The following code deomnstrates a divide and conquer approach for bit counting using 3-bit grouping. This method efficiently computes the number of set bits in an integer by breaking the problem into smaller subproblems, solving them individually, and then combinnig the results.

public static int bitsCount(int x) {
    int n;
    n = (x >>> 1) & 033333333333;
    x = x - n;
    n = (n >>> 1) & 033333333333;
    x = x - n;

    x = (x + (x >>> 3)) & 030707070707;
    return x % 63;
}

This algorithm divides the 32-bit integer into 11 groups of 3 bits each. The leftmost group may have only 2 bits, which is padded with a zero to make it 3 bits. Each group is processed independently, and the results are combined to form the final count.

The core principle involves subtracting shifted values from the original to calculate the sum of bits within each 3-bit segment. A mask (033333333333 in octal) ensures that each group is isolated during processing.

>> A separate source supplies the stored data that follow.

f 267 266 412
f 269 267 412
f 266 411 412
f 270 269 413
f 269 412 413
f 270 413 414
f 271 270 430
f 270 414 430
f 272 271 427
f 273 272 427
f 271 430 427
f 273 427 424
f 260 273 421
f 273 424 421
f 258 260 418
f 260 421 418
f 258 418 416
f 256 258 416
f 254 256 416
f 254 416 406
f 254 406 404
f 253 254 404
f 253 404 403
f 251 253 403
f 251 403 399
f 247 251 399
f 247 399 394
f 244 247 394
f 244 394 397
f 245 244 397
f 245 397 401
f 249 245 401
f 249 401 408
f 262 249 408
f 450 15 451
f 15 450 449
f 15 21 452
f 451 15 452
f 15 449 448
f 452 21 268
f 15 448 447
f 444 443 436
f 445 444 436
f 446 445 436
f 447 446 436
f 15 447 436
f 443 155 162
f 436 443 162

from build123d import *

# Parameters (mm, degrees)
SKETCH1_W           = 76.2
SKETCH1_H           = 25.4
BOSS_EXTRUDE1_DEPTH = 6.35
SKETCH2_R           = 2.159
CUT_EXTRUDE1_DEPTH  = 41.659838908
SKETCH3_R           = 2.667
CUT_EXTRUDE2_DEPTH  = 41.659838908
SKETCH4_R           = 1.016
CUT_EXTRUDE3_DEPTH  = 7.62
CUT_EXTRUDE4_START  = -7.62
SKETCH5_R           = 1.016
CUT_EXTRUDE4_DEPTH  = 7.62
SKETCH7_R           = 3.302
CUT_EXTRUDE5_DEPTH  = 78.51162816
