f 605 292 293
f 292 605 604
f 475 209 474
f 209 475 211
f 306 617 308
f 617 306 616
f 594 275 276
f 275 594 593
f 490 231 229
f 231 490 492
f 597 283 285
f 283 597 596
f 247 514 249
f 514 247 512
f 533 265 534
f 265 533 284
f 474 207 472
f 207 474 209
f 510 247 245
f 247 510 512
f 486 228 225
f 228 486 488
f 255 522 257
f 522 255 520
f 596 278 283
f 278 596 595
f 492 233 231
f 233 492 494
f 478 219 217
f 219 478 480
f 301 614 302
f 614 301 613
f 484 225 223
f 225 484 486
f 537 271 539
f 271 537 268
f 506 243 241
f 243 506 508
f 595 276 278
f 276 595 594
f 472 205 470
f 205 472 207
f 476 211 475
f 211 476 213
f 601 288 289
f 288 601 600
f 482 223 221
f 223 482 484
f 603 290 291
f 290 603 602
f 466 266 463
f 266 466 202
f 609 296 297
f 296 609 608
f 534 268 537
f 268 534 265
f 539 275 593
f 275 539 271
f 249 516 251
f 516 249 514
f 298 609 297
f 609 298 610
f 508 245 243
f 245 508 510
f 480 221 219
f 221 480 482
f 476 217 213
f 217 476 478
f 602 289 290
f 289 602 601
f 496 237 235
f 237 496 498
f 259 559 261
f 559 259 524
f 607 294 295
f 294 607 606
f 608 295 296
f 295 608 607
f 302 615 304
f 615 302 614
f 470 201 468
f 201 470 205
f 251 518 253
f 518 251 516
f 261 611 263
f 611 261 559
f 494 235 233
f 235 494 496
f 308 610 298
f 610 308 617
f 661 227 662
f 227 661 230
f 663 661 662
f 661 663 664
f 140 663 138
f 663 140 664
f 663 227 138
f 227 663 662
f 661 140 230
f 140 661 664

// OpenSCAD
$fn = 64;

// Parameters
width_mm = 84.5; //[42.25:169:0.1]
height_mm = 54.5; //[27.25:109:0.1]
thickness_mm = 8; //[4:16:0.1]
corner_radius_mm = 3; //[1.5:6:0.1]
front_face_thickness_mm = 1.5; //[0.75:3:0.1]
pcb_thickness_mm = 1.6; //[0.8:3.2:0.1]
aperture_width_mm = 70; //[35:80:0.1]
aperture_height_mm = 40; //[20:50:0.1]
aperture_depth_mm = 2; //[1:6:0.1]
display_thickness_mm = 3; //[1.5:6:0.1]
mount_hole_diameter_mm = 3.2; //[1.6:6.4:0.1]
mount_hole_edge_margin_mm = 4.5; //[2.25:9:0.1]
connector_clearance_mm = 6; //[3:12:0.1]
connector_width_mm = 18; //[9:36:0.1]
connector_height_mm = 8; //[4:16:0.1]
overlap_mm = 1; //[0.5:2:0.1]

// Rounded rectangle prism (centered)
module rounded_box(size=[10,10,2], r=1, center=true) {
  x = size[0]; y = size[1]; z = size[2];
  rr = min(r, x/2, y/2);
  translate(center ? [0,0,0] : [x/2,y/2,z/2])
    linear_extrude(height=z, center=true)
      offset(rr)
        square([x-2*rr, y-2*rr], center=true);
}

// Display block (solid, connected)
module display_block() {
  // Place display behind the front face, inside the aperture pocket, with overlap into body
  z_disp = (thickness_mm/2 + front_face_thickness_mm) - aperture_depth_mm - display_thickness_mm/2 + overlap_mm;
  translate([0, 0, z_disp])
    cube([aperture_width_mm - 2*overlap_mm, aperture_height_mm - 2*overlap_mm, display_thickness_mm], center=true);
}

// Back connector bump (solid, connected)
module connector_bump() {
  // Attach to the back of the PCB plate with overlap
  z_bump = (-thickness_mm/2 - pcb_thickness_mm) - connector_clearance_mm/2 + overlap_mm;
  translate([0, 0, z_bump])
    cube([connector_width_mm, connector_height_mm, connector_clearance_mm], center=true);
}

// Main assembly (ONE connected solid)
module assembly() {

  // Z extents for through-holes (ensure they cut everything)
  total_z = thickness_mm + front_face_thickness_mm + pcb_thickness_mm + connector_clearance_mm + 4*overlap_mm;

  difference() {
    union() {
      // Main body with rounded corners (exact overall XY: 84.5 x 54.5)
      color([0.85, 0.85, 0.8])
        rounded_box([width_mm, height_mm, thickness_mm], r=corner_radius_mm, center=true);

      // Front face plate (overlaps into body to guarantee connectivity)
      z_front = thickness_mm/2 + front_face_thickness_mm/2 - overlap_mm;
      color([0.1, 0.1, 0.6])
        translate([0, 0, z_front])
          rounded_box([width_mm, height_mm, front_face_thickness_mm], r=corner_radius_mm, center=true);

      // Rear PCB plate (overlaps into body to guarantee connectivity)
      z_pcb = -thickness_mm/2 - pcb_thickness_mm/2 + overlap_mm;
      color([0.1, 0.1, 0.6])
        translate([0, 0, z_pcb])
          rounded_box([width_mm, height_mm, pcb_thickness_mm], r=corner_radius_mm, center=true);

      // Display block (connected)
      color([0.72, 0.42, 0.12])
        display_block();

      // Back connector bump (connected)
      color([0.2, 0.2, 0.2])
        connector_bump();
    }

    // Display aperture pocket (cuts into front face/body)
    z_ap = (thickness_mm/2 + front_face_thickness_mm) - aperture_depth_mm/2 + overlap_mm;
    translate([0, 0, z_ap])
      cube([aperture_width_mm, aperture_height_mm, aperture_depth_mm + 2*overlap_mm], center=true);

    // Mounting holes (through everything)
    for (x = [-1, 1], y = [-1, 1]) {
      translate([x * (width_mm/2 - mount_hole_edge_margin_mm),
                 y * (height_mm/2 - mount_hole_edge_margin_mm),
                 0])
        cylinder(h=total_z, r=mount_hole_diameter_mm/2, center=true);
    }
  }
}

The first part of the algorithm handles the decomposition and individual calculation of each group. The second part merges the results from these groups into a final count using bitwise operations and modular arithmetic.

The mask 030707070707 in octal is used to combine adjacent groups into larger segments, and the modulo operation (x % 63) is used to finalize the result by summing all segments.

Below is a comparison of different bit counting implementations:

public class BitsCountBTest {
    public static int bitCountShiftRB(int i) {
        i = (i & 0x55555555) + ((i >>> 1) & 0x55555555);
        i = (i & 0x33333333) + ((i >>> 2) & 0x33333333);
        i = (i & 0x0F0F0F0F) + ((i >>> 4) & 0x0F0F0F0F);
        
        i = (i * (0x01010101)) >> 24;
        return i;
    }

    public static int bitCount(int i) {
        i = i - ((i >>> 1) & 0x55555555);
        i = (i & 0x33333333) + ((i >>> 2) & 0x33333333);
        i = (i + (i >>> 4)) & 0x0f0f0f0f;
        i = i + (i >>> 8);
        i = i + (i >>> 16);
        return i & 0x3f;
    }

    public static int bitsCount3bit(int x) {
        int n;
        n = (x >>> 1) & 033333333333;
        x = x - n;
        n = (n >>> 1) & 033333333333;
        x = x - n;
        x = (x + (x >>> 3)) & 030707070707;
        
        return x % 63;
    }

    public static void printXB(int x) {
        System.out.println("x=" + x + "  bitCount: " + bitCount(x));
        System.out.println("x=" + x + "  bitsCount3bit: " + bitsCount3bit(x));
        System.out.println("x=" + x + "  bitCountShiftRB: " + bitCountShiftRB(x));
    }

    public static void main(String[] args) {
        int x = 0B01111010010101010010000111110010;
        printXB(x);
        x = 13;
        printXB(x);
        x = 39;
        printXB(x);
        x = 377;
        printXB(x);
        x = 0XB90D8B1B;
        printXB(x);
    }
}

All implementations produce consistent results.